AMF loss: \(\mathcal{L}_{\text{AMF}}(z_{\text{ref}}, z_t) = \|\text{AMF}(z_{\text{ref}}) - \text{AMF}(z_t)\|_2^2\), computed as the element-wise Euclidean distance across the displacement matrices of all frame pairs.

Key Experimental Results

Main Results: Motion Transfer Evaluation on CogVideoX-5B

Method MF(Caption)↑ MF(Subject)↑ MF(Scene)↑ MF(All)↑ IQ(All)↑
Backbone 0.524 0.502 0.544 0.523 0.315
MotionClone 0.635 0.640 0.628 0.634 0.318
SMM 0.782 0.741 0.776 0.766 0.315
MOFT 0.728 0.728 0.722 0.726 0.318
DiTFlow 0.790 0.775 0.789 0.785 0.319

Comparison on CogVideoX-2B

Method MF(All)↑ IQ(All)↑
SMM 0.688 0.312
MOFT 0.504 0.312
DiTFlow 0.726 0.317

Key Findings

  • DiTFlow consistently achieves top performance in Motion Fidelity (MF), yielding 0.785 on the 5B model compared to 0.766 for SMM.
  • SMM exhibits a significant drop in MF under Subject prompts (0.741 vs. 0.782 for Caption), indicating entanglement between spatially averaged features and reference content.
  • DiTFlow delivers consistent performance across all prompt types, demonstrating superior motion-content disentanglement.
  • In human evaluation, DiTFlow significantly outperforms baselines in both motion fidelity and prompt consistency.
  • Although position embedding optimization achieves slightly lower performance than latent optimization, it facilitates optimization-free zero-shot transfer.

Highlights & Insights

  1. First DiT-Specific Motion Transfer Method: Fully exploits the joint spatiotemporal attention of DiTs to extract patch-wise motion signals.
  2. Innovative Insight on Position Embedding Optimization: Leverages the unique position encoding mechanism of DiTs to achieve zero-shot motion transfer—a capability unavailable in UNet architectures.
  3. Patch-wise Motion-Content Disentanglement: Unlike the spatial averaging of SMM and position-independent biases of MOFT, AMF captures explicit spatiotemporal relationships between patches.

Limitations & Future Work

  • Latent optimization requires additional optimization time per video (8 minutes vs. 5 minutes for baselines).
  • A performance gap still exists for the zero-shot mode enabled by position embedding optimization.
  • Fine-grained control over motion transfer (e.g., transferring only partial motion) remains unexplored.
  • Future work could integrate AMF guidance with other conditional controls.
  • SMM: Utilizes spatially-averaged motion features; its global nature presents difficulties when modifying local semantics.
  • MOFT: Highlights motion channels in diffusion features, but independent processing of locations is prone to misguiding incorrect elements.
  • MotionClone: A UNet-based attention motion transfer method.
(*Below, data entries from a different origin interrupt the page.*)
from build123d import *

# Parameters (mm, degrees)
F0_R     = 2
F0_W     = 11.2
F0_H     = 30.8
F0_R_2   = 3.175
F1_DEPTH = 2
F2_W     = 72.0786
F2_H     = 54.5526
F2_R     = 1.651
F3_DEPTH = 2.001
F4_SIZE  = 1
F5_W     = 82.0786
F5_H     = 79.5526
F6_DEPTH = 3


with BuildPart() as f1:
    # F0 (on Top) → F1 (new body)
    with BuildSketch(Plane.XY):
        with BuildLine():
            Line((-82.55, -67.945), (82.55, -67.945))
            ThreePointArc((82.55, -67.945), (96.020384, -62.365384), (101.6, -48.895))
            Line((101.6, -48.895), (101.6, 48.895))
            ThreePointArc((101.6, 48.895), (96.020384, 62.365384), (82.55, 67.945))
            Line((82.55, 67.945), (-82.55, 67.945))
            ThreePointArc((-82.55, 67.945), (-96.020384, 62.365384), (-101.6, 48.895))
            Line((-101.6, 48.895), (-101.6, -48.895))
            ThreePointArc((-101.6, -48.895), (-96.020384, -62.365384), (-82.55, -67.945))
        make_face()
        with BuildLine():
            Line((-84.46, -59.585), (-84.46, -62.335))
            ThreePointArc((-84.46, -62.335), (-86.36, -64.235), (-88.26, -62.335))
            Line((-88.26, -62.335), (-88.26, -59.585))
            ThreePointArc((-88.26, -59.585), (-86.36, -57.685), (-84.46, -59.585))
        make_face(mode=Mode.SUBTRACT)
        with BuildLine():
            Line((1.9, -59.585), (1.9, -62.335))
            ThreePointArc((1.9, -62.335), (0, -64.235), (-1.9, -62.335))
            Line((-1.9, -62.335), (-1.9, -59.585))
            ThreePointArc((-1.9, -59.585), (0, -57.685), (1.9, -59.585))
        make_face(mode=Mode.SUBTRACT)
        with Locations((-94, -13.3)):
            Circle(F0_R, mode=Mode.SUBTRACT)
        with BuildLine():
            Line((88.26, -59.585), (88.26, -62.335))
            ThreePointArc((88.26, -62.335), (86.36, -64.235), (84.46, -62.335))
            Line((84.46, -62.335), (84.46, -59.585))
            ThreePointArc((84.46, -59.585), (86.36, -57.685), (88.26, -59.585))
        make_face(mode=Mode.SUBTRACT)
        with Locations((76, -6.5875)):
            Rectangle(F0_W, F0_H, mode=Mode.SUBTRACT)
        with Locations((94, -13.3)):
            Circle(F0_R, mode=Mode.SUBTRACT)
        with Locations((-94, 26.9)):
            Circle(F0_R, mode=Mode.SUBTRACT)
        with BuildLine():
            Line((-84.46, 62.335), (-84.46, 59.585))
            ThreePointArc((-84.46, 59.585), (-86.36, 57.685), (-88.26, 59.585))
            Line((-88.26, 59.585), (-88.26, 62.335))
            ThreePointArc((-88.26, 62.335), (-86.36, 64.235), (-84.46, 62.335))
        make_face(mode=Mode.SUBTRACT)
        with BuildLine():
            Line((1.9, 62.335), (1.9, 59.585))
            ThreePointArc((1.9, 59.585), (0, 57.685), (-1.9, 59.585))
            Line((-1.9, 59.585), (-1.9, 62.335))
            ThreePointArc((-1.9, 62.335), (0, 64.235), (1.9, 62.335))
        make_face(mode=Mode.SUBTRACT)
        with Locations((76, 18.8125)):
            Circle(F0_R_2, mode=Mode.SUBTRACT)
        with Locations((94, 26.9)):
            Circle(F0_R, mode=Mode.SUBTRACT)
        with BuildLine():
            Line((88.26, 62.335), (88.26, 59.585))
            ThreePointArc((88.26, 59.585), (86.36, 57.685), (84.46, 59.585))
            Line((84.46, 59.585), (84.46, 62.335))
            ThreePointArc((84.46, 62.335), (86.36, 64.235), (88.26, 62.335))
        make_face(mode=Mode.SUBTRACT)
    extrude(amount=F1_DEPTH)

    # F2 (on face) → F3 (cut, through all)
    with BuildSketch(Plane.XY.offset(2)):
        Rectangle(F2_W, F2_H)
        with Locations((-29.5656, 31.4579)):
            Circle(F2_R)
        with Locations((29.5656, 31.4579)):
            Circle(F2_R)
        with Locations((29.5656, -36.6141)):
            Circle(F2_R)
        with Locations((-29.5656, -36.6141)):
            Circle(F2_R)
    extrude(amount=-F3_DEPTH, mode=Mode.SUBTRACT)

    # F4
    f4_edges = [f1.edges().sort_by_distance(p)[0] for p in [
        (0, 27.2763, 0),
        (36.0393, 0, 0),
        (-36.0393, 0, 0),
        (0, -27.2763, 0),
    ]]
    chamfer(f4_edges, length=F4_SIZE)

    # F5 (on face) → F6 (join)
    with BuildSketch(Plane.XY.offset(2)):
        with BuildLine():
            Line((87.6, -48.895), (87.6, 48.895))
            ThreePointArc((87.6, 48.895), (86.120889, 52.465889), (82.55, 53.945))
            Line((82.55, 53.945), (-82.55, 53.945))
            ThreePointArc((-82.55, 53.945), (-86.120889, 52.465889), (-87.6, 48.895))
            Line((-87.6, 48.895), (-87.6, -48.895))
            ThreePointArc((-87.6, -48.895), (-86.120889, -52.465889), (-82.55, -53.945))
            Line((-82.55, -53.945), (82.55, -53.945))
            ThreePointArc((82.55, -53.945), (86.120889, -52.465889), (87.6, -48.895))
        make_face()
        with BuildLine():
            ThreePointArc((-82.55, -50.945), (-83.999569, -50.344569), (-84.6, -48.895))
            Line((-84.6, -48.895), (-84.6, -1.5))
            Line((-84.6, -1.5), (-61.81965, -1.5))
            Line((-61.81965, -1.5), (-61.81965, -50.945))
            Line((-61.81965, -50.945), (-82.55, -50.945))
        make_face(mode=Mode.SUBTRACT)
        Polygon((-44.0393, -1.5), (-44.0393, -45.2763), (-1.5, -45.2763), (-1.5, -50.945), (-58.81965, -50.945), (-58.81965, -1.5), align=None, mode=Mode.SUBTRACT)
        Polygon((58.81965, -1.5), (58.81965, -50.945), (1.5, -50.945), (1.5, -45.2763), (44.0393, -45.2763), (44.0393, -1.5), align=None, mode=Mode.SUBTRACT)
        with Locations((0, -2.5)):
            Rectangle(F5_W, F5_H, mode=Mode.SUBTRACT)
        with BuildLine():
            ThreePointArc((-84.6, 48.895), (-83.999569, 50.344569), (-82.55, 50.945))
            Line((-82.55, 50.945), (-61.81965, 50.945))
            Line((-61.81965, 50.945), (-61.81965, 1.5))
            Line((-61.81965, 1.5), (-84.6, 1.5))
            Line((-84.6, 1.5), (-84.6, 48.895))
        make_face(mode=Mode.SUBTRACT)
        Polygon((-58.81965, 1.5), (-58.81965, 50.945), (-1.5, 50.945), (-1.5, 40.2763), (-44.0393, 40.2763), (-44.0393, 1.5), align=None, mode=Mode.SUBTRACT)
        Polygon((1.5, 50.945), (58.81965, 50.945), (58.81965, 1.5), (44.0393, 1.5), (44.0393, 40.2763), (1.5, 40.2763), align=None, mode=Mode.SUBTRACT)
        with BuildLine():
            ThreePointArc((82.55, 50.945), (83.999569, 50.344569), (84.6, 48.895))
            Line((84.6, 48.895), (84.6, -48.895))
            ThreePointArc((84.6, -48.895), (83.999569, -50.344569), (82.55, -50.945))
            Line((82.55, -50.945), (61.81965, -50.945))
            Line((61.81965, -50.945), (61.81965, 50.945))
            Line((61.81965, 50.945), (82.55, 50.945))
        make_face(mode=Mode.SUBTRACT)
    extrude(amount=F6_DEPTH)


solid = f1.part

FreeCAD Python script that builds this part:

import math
import FreeCAD as App
import Part
import Sketcher


def edges_at(feature, points):
    """Names of the edges that pass closest to the given points."""
    edges = feature.Shape.Edges
    near = lambda p: min(range(len(edges)), key=lambda i: edges[i].distToShape(Part.Vertex(*p))[0])
    return sorted({f"Edge{near(p) + 1}" for p in points})

doc = App.newDocument("Part")
body = doc.addObject("PartDesign::Body", "Body")

# Sketch on XY plane
sketch1 = body.newObject("Sketcher::SketchObject", "Sketch")
sketch1.AttachmentSupport = (doc.getObject("XY_Plane"), [""])
sketch1.MapMode = "FlatFace"
sketch1.addGeometry([
    Part.LineSegment(App.Vector(-82.55, -67.945, 0), App.Vector(82.55, -67.945, 0)),  # 0
    Part.ArcOfCircle(Part.Circle(App.Vector(82.549999, -48.894999, 0), App.Vector(0, 0, 1), 19.050001), math.radians(-89.999998), math.radians(-0.000002)),  # 1
    Part.LineSegment(App.Vector(101.6, -48.895, 0), App.Vector(101.6, 48.895, 0)),  # 2
    Part.ArcOfCircle(Part.Circle(App.Vector(82.549999, 48.894999, 0), App.Vector(0, 0, 1), 19.050001), math.radians(0.000002), math.radians(89.999998)),  # 3
    Part.LineSegment(App.Vector(82.55, 67.945, 0), App.Vector(-82.55, 67.945, 0)),  # 4
    Part.ArcOfCircle(Part.Circle(App.Vector(-82.549999, 48.894999, 0), App.Vector(0, 0, 1), 19.050001), math.radians(90.000002), math.radians(179.999998)),  # 5
    Part.LineSegment(App.Vector(-101.6, 48.895, 0), App.Vector(-101.6, -48.895, 0)),  # 6
    Part.ArcOfCircle(Part.Circle(App.Vector(-82.549999, -48.894999, 0), App.Vector(0, 0, 1), 19.050001), math.radians(-179.999998), math.radians(-90.000002)),  # 7
    Part.ArcOfCircle(Part.Circle(App.Vector(-86.36, -59.585, 0), App.Vector(0, 0, 1), 1.9), math.radians(0), math.radians(180)),  # 8
    Part.LineSegment(App.Vector(-84.46, -59.585, 0), App.Vector(-84.46, -62.335, 0)),  # 9
    Part.ArcOfCircle(Part.Circle(App.Vector(-86.36, -62.335, 0), App.Vector(0, 0, 1), 1.9), math.radians(180), math.radians(360)),  # 10
    Part.LineSegment(App.Vector(-88.26, -62.335, 0), App.Vector(-88.26, -59.585, 0)),  # 11
    Part.Circle(App.Vector(-94, -13.3, 0), App.Vector(0, 0, 1), 2),  # 12
    Part.ArcOfCircle(Part.Circle(App.Vector(0, -59.585, 0), App.Vector(0, 0, 1), 1.9), math.radians(0), math.radians(180)),  # 13
    Part.LineSegment(App.Vector(1.9, -59.585, 0), App.Vector(1.9, -62.335, 0)),  # 14
    Part.ArcOfCircle(Part.Circle(App.Vector(0, -62.335, 0), App.Vector(0, 0, 1), 1.9), math.radians(180), math.radians(360)),  # 15
    Part.LineSegment(App.Vector(-1.9, -62.335, 0), App.Vector(-1.9, -59.585, 0)),  # 16
    Part.ArcOfCircle(Part.Circle(App.Vector(86.36, -59.585, 0), App.Vector(0, 0, 1), 1.9), math.radians(0), math.radians(180)),  # 17
    Part.LineSegment(App.Vector(88.26, -59.585, 0), App.Vector(88.26, -62.335, 0)),  # 18
    Part.ArcOfCircle(Part.Circle(App.Vector(86.36, -62.335, 0), App.Vector(0, 0, 1), 1.9), math.radians(180), math.radians(360)),  # 19
    Part.LineSegment(App.Vector(84.46, -62.335, 0), App.Vector(84.46, -59.585, 0)),  # 20
    Part.Circle(App.Vector(94, -13.3, 0), App.Vector(0, 0, 1), 2),  # 21
    Part.LineSegment(App.Vector(81.6, -21.9875, 0), App.Vector(70.4, -21.9875, 0)),  # 22
    Part.LineSegment(App.Vector(70.4, -21.9875, 0), App.Vector(70.4, 8.8125, 0)),  # 23
    Part.LineSegment(App.Vector(70.4, 8.8125, 0), App.Vector(81.6, 8.8125, 0)),  # 24
    Part.LineSegment(App.Vector(81.6, 8.8125, 0), App.Vector(81.6, -21.9875, 0)),  # 25
    Part.Circle(App.Vector(-94, 26.9, 0), App.Vector(0, 0, 1), 2),  # 26
    Part.ArcOfCircle(Part.Circle(App.Vector(-86.36, 62.335, 0), App.Vector(0, 0, 1), 1.9), math.radians(0), math.radians(180)),  # 27
    Part.LineSegment(App.Vector(-84.46, 62.335, 0), App.Vector(-84.46, 59.585, 0)),  # 28
    Part.ArcOfCircle(Part.Circle(App.Vector(-86.36, 59.585, 0), App.Vector(0, 0, 1), 1.9), math.radians(180), math.radians(360)),  # 29
    Part.LineSegment(App.Vector(-88.26, 59.585, 0), App.Vector(-88.26, 62.335, 0)),  # 30
    Part.Circle(App.Vector(76, 18.8125, 0), App.Vector(0, 0, 1), 3.175),  # 31
    Part.Circle(App.Vector(94, 26.9, 0), App.Vector(0, 0, 1), 2),  # 32
    Part.ArcOfCircle(Part.Circle(App.Vector(0, 62.335, 0), App.Vector(0, 0, 1), 1.9), math.radians(0), math.radians(180)),  # 33
    Part.LineSegment(App.Vector(1.9, 62.335, 0), App.Vector(1.9, 59.585, 0)),  # 34
    Part.ArcOfCircle(Part.Circle(App.Vector(0, 59.585, 0), App.Vector(0, 0, 1), 1.9), math.radians(180), math.radians(360)),  # 35
    Part.LineSegment(App.Vector(-1.9, 59.585, 0), App.Vector(-1.9, 62.335, 0)),  # 36
    Part.ArcOfCircle(Part.Circle(App.Vector(86.36, 62.335, 0), App.Vector(0, 0, 1), 1.9), math.radians(0), math.radians(180)),  # 37
    Part.LineSegment(App.Vector(88.26, 62.335, 0), App.Vector(88.26, 59.585, 0)),  # 38
    Part.ArcOfCircle(Part.Circle(App.Vector(86.36, 59.585, 0), App.Vector(0, 0, 1), 1.9), math.radians(180), math.radians(360)),  # 39
    Part.LineSegment(App.Vector(84.46, 59.585, 0), App.Vector(84.46, 62.335, 0)),  # 40
], False)
sketch1.addConstraint([
    Sketcher.Constraint("Tangent", 0, 2, 1, 1),
    Sketcher.Constraint("Tangent", 1, 2, 2, 1),
    Sketcher.Constraint("Tangent", 2, 2, 3, 1),
    Sketcher.Constraint("Tangent", 3, 2, 4, 1),
    Sketcher.Constraint("Tangent", 4, 2, 5, 1),
    Sketcher.Constraint("Tangent", 5, 2, 6, 1),
    Sketcher.Constraint("Tangent", 6, 2, 7, 1),
    Sketcher.Constraint("Tangent", 7, 2, 0, 1),
    Sketcher.Constraint("Tangent", 8, 1, 9, 1),
    Sketcher.Constraint("Tangent", 9, 2, 10, 2),
    Sketcher.Constraint("Tangent", 10, 1, 11, 1),
    Sketcher.Constraint("Tangent", 11, 2, 8, 2),
    Sketcher.Constraint("Tangent", 13, 1, 14, 1),
    Sketcher.Constraint("Tangent", 14, 2, 15, 2),
    Sketcher.Constraint("Tangent", 15, 1, 16, 1),
    Sketcher.Constraint("Tangent", 16, 2, 13, 2),
    Sketcher.Constraint("Tangent", 17, 1, 18, 1),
However, its assumption of decoupled temporal attention makes it inapplicable to DiTs.
  • Insight: While the joint spatiotemporal attention of DiTs makes motion disentanglement more challenging, it inherently contains richer spatiotemporal association information.

Rating

⭐⭐⭐⭐ — The first motion transfer method designed specifically for DiT architectures. The concept of AMF is elegant and effective. The zero-shot capability enabled by position embedding optimization is a unique contribution. Robustness is well demonstrated by consistent improvements across scaling models and prompt types.